**Task objective**:
The word to look for is "source". Report every line of the entries below that has it.

(Stored data entries)
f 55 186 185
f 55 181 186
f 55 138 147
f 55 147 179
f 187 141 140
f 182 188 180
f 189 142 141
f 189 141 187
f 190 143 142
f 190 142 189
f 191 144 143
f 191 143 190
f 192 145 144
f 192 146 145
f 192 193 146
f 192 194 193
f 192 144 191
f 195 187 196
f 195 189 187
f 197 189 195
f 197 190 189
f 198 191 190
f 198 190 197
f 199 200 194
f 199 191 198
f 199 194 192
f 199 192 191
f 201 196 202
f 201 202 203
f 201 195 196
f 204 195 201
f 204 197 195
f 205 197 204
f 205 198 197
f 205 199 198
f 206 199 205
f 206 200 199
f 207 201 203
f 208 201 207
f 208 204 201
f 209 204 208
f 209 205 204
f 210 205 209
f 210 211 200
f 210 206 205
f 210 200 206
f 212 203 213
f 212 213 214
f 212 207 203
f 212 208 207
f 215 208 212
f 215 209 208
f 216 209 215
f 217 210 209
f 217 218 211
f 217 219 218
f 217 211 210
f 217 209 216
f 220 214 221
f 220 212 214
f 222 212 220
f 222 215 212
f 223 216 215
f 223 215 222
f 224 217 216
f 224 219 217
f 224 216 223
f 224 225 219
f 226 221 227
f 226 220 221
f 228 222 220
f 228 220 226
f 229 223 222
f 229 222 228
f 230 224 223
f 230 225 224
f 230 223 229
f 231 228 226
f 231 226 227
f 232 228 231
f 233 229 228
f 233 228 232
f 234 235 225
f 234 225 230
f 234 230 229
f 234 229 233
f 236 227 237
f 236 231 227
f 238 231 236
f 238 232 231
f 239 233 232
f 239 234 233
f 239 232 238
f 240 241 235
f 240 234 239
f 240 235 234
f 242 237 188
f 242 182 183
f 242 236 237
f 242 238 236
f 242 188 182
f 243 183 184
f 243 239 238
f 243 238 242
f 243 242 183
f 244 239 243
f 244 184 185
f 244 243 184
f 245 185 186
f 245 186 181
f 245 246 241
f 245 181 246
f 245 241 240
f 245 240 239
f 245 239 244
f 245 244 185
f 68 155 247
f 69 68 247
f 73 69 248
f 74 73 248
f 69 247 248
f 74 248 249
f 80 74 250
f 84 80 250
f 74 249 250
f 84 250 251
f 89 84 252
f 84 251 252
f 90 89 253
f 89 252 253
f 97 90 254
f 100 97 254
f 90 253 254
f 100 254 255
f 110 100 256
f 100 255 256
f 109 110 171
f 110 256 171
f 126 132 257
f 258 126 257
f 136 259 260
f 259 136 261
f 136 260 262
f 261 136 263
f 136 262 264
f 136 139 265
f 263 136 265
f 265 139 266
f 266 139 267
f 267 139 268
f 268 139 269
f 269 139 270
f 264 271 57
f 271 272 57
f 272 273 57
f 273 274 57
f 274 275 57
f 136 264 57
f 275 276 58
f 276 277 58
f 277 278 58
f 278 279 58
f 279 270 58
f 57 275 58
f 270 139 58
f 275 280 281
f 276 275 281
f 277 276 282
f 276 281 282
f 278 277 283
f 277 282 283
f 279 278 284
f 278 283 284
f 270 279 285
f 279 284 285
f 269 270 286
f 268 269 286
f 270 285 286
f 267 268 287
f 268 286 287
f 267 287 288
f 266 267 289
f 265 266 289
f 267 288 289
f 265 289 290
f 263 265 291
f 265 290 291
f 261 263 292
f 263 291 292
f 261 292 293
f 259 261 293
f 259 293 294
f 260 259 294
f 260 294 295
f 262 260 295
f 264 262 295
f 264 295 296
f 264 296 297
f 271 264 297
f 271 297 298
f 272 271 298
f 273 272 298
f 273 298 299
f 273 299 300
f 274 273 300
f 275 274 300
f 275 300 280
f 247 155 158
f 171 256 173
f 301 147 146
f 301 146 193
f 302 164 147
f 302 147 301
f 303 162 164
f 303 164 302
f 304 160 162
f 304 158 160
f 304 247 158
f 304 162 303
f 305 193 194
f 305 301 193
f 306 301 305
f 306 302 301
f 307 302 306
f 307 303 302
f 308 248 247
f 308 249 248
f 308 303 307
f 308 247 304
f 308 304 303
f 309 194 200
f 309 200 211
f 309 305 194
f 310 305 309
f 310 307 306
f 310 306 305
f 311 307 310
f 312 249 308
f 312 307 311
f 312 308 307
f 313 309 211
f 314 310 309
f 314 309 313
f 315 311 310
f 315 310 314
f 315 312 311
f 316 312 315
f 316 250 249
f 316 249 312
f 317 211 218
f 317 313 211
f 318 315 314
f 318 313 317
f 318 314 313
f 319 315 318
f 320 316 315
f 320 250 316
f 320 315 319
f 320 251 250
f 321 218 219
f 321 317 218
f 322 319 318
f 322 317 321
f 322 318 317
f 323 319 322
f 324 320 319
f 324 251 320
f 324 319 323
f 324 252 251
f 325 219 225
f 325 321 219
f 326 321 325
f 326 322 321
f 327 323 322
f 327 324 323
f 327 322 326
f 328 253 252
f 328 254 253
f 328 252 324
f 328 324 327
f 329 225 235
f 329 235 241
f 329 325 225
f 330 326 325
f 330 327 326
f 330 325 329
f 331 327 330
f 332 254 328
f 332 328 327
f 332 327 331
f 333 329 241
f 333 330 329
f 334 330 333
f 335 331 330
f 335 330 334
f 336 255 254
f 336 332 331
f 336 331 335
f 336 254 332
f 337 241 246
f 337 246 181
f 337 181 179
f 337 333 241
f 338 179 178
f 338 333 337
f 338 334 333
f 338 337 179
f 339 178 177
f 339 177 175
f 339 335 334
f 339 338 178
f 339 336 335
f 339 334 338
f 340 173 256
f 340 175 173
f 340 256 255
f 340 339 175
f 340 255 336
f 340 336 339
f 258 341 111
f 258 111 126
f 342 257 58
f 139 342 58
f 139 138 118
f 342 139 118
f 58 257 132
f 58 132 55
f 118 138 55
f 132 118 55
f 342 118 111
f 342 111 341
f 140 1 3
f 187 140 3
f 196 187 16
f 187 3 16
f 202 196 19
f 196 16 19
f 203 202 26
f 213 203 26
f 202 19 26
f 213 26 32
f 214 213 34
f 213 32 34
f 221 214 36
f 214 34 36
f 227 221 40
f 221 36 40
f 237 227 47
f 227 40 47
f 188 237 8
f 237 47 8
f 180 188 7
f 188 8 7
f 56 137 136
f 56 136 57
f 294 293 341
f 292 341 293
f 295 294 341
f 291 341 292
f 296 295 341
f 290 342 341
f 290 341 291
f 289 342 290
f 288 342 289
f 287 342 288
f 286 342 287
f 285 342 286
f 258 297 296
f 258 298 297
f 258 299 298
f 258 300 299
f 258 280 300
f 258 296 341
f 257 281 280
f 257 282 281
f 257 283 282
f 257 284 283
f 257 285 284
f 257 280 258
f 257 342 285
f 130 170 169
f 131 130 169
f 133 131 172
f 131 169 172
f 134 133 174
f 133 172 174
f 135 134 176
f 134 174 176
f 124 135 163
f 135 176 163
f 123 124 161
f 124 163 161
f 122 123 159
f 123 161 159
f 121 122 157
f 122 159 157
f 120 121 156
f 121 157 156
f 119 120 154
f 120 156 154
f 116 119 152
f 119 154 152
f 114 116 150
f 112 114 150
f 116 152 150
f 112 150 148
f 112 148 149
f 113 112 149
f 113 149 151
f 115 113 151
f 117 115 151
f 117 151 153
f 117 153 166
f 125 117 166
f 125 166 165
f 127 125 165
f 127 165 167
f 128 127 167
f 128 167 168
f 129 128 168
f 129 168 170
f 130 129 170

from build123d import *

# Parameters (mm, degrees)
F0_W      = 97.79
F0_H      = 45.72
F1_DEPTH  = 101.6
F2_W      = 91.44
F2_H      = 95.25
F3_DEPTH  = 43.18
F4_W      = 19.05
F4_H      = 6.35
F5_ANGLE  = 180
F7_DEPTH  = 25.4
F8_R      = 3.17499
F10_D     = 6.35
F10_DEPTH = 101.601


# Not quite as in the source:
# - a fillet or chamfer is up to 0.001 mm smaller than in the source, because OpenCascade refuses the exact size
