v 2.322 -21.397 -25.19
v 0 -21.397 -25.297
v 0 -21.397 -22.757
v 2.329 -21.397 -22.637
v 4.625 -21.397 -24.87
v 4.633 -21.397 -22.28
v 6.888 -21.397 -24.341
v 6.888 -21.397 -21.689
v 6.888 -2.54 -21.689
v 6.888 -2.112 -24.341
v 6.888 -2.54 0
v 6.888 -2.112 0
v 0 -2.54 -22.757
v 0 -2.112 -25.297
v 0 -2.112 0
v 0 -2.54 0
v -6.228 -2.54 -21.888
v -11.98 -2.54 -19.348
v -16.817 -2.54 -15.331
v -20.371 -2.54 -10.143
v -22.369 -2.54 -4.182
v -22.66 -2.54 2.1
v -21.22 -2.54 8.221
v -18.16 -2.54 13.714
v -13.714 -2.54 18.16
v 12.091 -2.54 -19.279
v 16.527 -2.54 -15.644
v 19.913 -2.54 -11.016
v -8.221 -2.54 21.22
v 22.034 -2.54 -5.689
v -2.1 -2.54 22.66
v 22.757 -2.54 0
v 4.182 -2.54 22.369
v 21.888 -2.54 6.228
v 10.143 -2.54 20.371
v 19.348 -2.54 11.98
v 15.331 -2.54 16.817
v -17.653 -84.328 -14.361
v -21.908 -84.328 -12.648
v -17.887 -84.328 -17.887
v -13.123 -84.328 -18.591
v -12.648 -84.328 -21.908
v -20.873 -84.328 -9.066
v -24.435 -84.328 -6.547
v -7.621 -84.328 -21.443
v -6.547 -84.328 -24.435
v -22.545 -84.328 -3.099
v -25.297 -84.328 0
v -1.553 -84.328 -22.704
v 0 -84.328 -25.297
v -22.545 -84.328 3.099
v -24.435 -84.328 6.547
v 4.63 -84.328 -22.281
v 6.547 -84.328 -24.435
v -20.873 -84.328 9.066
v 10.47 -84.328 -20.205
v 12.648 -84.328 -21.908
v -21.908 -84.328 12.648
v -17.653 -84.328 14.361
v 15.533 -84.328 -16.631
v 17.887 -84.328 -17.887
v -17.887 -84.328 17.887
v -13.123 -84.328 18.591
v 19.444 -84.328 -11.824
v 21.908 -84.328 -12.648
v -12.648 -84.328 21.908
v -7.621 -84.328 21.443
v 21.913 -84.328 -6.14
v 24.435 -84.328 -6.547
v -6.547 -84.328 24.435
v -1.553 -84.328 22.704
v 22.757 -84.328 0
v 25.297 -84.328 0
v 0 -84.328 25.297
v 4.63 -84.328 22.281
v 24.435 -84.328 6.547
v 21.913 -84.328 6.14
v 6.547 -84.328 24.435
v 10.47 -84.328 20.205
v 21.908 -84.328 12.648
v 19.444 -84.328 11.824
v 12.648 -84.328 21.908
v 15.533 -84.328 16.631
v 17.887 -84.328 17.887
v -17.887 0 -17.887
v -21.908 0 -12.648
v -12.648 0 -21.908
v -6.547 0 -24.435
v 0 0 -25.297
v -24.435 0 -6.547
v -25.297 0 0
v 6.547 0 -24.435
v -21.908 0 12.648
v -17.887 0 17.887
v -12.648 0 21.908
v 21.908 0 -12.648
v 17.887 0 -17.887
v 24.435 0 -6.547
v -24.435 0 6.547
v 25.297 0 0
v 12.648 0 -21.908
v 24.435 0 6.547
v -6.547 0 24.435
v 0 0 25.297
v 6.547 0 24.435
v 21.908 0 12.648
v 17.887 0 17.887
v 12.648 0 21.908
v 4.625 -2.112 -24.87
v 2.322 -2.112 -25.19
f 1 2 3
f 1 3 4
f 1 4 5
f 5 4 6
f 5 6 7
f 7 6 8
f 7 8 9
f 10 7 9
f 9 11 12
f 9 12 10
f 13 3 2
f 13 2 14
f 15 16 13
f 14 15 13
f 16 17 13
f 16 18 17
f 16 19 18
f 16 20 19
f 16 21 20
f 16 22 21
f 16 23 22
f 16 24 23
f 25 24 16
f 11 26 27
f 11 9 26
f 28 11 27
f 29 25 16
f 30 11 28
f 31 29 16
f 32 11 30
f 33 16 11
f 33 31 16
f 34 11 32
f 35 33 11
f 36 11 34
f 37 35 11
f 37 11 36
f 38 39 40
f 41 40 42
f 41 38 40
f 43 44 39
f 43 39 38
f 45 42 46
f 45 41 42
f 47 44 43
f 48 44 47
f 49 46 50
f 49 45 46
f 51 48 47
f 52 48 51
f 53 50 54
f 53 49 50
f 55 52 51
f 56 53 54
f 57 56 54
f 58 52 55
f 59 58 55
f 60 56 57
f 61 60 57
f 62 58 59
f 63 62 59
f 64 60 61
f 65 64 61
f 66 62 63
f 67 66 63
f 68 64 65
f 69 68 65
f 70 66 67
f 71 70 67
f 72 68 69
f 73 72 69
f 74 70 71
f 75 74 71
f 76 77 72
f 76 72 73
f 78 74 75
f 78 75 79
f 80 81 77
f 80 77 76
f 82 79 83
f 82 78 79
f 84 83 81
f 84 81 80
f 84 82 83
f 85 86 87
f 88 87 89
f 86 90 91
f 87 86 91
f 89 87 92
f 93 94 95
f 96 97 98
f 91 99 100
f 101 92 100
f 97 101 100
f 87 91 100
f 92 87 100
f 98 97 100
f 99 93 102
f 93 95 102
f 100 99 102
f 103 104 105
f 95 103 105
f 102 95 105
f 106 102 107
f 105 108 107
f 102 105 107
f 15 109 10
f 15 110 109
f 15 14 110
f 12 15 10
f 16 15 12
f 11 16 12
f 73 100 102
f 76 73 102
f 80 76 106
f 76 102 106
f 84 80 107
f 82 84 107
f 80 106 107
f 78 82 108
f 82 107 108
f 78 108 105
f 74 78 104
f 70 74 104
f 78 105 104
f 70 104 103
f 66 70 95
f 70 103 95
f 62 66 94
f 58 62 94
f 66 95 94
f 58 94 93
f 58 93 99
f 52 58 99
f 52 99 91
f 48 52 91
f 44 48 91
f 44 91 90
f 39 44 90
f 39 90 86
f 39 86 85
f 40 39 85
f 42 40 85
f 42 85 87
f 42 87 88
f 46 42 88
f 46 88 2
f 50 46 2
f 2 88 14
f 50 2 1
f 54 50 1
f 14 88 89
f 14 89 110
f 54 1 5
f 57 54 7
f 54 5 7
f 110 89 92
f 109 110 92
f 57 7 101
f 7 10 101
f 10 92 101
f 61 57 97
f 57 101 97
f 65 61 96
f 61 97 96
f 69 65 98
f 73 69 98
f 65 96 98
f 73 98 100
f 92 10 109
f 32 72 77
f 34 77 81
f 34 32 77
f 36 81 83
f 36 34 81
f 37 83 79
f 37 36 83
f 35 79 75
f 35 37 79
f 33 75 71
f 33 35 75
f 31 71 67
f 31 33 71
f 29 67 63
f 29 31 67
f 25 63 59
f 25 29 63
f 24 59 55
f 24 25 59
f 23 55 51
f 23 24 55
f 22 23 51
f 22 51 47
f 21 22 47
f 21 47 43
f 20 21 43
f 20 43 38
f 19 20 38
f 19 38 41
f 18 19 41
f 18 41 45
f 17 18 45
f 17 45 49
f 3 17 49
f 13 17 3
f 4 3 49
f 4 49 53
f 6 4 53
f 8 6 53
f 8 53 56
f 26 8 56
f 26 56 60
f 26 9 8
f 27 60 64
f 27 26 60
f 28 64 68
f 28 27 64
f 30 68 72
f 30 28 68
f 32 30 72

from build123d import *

# Parameters (mm, degrees)
F0_R     = 25.296615
F1_DEPTH = 84.328
F2_T     = -2.54
F3_W     = 6.888267
F3_H     = 19.285627
F4_DEPTH = 25.4


with BuildPart() as f1:
    # F0 (on Front) → F1 (new body)
    with BuildSketch(Plane.XZ):
        Circle(F0_R)
    extrude(amount=F1_DEPTH)

    # F2
    f2_openings = [f1.faces().sort_by_distance(p)[0] for p in [
        (0, -84.328, 0),
    ]]
    offset(amount=F2_T, openings=f2_openings)

    # F3 (on Top) → F4 (cut)
    with BuildSketch(Plane.XY):
        with Locations((3.444133, -11.754679)):
            Rectangle(F3_W, F3_H)
    extrude(amount=-F4_DEPTH, mode=Mode.SUBTRACT)


solid = f1.part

**Output**:
# Not quite as in the source:
# - a fillet or chamfer is up to 0.001 mm smaller than in the source, because OpenCascade refuses the exact size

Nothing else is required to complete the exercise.